А Парменид возразил:

- Однако, Сократ, к этому и, кроме того, еще ко многому другому неизбежно приводит [учение об] идеях, если эти идеи вещей действительно существуют, и если мы будем определять каждую идею как нечто самостоятельное. Слушатель будет недоумевать и спорить, доказывая, что этих идей либо вовсе нет, либо если уж они существуют, то должны быть безусловно непознаваемыми для человеческой природы. Такие возражения кажутся основательными, а высказывающего их, как мы недавно сказали, переубедить необычайно трудно. И надо быть исключительно даровитым, чтобы понять, что существует некий род каждой вещи и сущность сама по себе, а еще более удивительный дар нужен для того, чтобы доискаться до всего этого, обстоятельно разобраться во всем и разъяснить другому!
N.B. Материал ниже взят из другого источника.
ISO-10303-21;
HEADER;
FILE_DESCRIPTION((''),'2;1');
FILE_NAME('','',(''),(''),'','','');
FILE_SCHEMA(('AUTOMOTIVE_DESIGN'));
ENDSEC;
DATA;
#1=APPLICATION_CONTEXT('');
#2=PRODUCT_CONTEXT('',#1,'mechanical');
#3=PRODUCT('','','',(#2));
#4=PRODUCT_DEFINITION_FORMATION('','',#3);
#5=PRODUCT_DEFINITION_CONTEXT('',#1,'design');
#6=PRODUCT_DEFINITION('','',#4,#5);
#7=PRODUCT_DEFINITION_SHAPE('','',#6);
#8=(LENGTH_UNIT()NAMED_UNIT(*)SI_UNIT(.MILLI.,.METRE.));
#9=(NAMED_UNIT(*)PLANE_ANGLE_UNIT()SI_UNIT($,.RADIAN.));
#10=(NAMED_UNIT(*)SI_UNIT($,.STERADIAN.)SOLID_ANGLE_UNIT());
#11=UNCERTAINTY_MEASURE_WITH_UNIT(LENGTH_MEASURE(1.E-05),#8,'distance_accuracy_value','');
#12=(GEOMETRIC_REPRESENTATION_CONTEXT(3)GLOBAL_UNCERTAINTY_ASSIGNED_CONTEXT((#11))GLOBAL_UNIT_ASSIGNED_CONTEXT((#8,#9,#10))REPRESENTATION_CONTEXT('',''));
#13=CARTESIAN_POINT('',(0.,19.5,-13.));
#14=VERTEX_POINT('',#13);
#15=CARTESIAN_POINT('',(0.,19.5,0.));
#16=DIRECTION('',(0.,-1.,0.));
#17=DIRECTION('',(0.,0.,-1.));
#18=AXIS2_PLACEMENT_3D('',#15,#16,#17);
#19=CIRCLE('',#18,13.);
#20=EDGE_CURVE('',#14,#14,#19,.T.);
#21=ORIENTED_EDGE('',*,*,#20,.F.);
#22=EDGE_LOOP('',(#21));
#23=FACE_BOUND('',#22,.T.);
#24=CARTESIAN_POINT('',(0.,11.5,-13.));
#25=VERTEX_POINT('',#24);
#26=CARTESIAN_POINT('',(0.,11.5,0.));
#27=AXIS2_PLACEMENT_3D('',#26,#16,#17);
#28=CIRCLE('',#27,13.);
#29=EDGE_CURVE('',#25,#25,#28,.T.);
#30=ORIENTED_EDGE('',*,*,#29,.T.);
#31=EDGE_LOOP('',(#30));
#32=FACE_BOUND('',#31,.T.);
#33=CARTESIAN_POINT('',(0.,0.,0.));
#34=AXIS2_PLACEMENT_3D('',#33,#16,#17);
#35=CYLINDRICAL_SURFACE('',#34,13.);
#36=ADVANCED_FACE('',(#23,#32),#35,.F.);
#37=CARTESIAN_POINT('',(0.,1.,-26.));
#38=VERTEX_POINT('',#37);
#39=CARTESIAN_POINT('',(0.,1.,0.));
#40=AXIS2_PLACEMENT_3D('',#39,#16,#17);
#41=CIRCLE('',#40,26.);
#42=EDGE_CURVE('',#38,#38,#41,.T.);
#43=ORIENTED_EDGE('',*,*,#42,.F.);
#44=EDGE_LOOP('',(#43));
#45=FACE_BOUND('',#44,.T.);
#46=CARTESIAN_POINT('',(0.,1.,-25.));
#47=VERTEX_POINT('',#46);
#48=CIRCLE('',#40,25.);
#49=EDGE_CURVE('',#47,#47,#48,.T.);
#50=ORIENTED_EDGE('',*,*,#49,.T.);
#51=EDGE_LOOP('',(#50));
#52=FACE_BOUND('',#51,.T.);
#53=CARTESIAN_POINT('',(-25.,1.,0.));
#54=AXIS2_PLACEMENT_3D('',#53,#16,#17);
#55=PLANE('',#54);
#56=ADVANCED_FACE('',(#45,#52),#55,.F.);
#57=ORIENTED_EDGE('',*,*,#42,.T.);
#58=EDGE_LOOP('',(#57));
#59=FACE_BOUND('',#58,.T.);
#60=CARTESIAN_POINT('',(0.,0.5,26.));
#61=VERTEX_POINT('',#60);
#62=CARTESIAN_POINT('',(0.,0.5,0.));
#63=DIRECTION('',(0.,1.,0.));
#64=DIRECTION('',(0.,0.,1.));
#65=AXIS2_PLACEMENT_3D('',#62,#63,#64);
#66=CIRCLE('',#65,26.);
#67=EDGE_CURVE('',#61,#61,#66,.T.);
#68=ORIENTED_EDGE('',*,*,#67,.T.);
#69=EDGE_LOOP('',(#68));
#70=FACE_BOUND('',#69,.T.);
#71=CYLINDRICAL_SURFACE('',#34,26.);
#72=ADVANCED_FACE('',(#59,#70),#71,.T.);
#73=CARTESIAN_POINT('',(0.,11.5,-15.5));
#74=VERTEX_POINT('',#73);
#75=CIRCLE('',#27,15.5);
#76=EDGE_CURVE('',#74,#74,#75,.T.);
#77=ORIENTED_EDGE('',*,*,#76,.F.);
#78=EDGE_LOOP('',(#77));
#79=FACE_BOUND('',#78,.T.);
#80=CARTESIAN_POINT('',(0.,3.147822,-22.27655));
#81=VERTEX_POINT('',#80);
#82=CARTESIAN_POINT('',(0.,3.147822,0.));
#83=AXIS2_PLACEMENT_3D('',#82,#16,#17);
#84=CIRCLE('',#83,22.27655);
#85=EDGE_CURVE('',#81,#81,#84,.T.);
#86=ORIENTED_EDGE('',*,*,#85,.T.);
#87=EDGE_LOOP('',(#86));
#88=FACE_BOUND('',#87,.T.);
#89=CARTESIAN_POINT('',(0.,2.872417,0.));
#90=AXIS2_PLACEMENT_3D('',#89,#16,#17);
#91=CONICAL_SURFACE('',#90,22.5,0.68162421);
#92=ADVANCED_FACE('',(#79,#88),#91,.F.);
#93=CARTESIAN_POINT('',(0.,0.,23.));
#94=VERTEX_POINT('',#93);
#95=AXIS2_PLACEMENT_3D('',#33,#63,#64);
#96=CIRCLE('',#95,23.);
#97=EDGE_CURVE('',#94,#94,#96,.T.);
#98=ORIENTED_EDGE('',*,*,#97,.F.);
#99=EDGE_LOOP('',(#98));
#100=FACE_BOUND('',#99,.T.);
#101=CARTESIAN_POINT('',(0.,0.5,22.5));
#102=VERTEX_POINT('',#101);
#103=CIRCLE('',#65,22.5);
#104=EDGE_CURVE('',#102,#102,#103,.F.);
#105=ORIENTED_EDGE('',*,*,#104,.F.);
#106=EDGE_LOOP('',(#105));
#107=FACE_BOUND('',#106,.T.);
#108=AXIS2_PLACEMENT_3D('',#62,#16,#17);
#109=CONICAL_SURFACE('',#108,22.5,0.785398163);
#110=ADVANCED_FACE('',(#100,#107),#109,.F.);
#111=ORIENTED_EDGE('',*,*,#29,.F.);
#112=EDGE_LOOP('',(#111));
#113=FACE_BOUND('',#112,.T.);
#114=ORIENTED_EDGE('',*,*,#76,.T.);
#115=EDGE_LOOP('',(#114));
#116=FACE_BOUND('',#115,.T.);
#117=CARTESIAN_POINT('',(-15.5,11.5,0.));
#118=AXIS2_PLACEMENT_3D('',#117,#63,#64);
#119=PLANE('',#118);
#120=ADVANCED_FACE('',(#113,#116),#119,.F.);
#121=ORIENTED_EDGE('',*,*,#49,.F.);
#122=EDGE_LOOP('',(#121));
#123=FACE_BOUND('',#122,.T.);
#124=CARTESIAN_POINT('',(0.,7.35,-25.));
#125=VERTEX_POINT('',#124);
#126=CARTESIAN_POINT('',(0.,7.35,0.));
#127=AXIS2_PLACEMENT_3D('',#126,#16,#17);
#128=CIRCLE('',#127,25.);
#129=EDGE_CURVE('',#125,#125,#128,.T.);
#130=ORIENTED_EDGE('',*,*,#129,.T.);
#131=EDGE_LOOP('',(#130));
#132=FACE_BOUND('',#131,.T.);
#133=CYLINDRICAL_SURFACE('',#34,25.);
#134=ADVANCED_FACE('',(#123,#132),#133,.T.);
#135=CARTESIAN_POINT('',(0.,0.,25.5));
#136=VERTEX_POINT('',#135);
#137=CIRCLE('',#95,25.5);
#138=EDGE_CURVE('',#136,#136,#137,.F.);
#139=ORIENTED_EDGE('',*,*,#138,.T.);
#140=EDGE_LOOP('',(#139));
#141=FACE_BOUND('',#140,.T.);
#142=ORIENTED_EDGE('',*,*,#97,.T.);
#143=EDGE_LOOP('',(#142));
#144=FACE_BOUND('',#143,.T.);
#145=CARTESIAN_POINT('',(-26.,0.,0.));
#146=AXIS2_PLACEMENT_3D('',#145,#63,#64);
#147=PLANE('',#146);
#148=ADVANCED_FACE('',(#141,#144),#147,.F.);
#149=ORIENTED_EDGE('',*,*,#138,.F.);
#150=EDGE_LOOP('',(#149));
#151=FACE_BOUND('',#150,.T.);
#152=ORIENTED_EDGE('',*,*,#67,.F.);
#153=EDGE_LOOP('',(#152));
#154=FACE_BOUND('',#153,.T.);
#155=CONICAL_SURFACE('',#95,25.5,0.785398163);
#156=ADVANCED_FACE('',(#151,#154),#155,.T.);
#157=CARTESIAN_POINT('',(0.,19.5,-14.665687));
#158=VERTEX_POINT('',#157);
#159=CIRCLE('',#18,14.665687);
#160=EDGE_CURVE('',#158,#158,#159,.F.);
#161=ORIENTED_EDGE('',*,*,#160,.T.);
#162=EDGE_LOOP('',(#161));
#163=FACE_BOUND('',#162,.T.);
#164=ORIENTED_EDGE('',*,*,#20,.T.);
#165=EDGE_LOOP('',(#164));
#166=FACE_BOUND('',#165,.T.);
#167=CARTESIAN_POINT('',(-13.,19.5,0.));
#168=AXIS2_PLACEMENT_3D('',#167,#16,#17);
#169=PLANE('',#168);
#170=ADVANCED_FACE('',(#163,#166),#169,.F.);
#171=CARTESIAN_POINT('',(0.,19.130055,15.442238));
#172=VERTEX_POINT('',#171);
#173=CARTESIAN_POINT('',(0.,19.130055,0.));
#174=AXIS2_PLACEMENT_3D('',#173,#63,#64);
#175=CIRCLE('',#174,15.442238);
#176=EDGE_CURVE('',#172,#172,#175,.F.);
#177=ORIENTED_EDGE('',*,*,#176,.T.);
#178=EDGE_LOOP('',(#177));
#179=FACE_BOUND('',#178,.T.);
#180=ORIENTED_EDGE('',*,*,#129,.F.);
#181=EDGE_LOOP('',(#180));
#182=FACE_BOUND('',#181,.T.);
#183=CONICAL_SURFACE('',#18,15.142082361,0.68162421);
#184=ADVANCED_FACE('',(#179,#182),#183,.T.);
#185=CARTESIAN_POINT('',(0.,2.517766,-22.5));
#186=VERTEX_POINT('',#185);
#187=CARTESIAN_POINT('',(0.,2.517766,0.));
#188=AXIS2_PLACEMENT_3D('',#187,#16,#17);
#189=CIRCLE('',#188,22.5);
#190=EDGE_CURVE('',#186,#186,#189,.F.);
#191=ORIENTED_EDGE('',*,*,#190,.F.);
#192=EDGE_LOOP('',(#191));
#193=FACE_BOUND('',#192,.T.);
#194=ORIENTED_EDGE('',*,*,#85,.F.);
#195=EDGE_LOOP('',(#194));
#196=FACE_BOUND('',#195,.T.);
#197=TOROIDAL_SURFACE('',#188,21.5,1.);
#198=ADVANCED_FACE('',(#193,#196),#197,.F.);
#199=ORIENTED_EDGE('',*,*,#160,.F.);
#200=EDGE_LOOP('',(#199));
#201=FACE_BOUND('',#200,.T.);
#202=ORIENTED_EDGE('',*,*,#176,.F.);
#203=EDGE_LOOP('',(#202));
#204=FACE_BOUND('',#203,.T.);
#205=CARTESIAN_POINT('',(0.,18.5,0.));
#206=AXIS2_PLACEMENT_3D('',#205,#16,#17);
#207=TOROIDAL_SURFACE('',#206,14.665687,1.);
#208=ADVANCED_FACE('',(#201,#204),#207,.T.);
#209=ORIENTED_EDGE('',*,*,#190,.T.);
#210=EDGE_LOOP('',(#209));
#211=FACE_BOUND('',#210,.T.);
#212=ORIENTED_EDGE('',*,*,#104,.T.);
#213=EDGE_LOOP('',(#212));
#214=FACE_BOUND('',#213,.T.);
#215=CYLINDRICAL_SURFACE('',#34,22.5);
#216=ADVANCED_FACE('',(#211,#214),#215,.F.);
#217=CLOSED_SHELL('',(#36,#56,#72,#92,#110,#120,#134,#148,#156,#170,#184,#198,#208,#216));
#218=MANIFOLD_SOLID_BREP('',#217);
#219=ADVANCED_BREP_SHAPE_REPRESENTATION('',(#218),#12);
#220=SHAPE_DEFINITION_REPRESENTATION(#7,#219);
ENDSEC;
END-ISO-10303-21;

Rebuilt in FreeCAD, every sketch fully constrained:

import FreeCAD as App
import Part
import Sketcher
from FreeCAD import Vector
Q = App.Units.Quantity


def edges_at(feature, points):
    """Names of the edges that pass closest to the given points."""
    edges = feature.Shape.Edges
    near = lambda p: min(range(len(edges)), key=lambda i: edges[i].distToShape(Part.Vertex(*p))[0])
    return sorted({f"Edge{near(p) + 1}" for p in points})


def add_polygon(sketch, points):
    """Adds a closed chain of lines whose ends are joined by coincident constraints."""
    first, n = sketch.GeometryCount, len(points)
    for a, b in zip(points, points[1:] + points[:1]):
        sketch.addGeometry(Part.LineSegment(App.Vector(*a, 0), App.Vector(*b, 0)), False)
    for i in range(n):
        sketch.addConstraint(Sketcher.Constraint("Coincident", first + i, 2, first + (i + 1) % n, 1))

doc = App.newDocument("Part")
body = doc.addObject("PartDesign::Body", "Body")

# Sketch on XY plane
sketch1 = body.newObject("Sketcher::SketchObject", "Sketch")
sketch1.AttachmentSupport = (doc.getObject("XY_Plane"), [""])
sketch1.MapMode = "FlatFace"
add_polygon(sketch1, [(-26, 0), (-22.5, 0), (-22.5, 2.9), (-15.5, 11.5), (-13, 11.5), (-13, 19.5), (-15.1, 19.5), (-25, 7.3), (-25, 1), (-26, 1)])  # lines 0-9
sketch1.addConstraint([
    Sketcher.Constraint("Horizontal", 0),
    Sketcher.Constraint("Vertical", 1),
    Sketcher.Constraint("Horizontal", 3),
    Sketcher.Constraint("Vertical", 4),
    Sketcher.Constraint("Horizontal", 5),
    Sketcher.Constraint("Vertical", 7),
    Sketcher.Constraint("Horizontal", 8),
    Sketcher.Constraint("Vertical", 9),
    Sketcher.Constraint("PointOnObject", 0, 2, -1),
    Sketcher.Constraint("Parallel", 2, 6),
    Sketcher.Constraint("Equal", 8, 9),
    Sketcher.Constraint("DistanceX", 8, 2, 8, 1, Q("1 mm")),
    Sketcher.Constraint("DistanceY", 4, 1, 4, 2, Q("8 mm")),
    Sketcher.Constraint("DistanceX", 0, 1, 0, 2, Q("3.5 mm")),
    Sketcher.Constraint("DistanceX", 3, 1, 3, 2, Q("2.5 mm")),
    Sketcher.Constraint("DistanceX", 3, 2, -1, 1, Q("13 mm")),
    Sketcher.Constraint("DistanceX", 6, 2, -1, 1, Q("25 mm")),
    Sketcher.Constraint("DistanceY", 7, 2, 7, 1, Q("6.35 mm")),
    Sketcher.Constraint("DistanceY", -1, 1, 2, 2, Q("11.5 mm")),
    Sketcher.Constraint("Distance", 2, Q("11.110139 mm")),
])
revolution = body.newObject("PartDesign::Revolution", "Revolution")
revolution.Profile = sketch1
revolution.ReferenceAxis = (sketch1, ["V_Axis"])
revolution.Angle = 360
doc.recompute()

fillet = body.newObject("PartDesign::Fillet", "Fillet")
fillet.Base = (revolution, edges_at(revolution, [(0, 2.872, 22.5), (0, 19.5, 15.142)]))
fillet.Radius = 1
doc.recompute()

chamfer = body.newObject("PartDesign::Chamfer", "Chamfer")
chamfer.Base = (fillet, edges_at(fillet, [(0, 0, 22.5), (0, 0, 26)]))
chamfer.Size = 0.5

doc.recompute()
- Согласен с тобой, Парменид, – сказал Сократ, – мне по душе то, что ты говоришь.

Парменид же ответил:

- Но, с другой стороны, Сократ, если кто, приняв во внимание все только что изложенное и тому подобное, откажется допустить, что существуют идеи вещей, и не станет определять идеи каждой вещи в отдельности, то, не допуская постоянно тождественной себе идеи каждой из существующих вещей, он не найдет, куда направить свою мысль, и тем самым уничтожит всякую возможность рассуждения. Впрочем, эту опасность, как мне кажется, ты ясно почувствовал.

- Ты прав, – ответил Сократ.

Платон. Парменид // Платон. Собрание сочинений в 4 т. М.: Мысль, 1993. С. 350 – 358.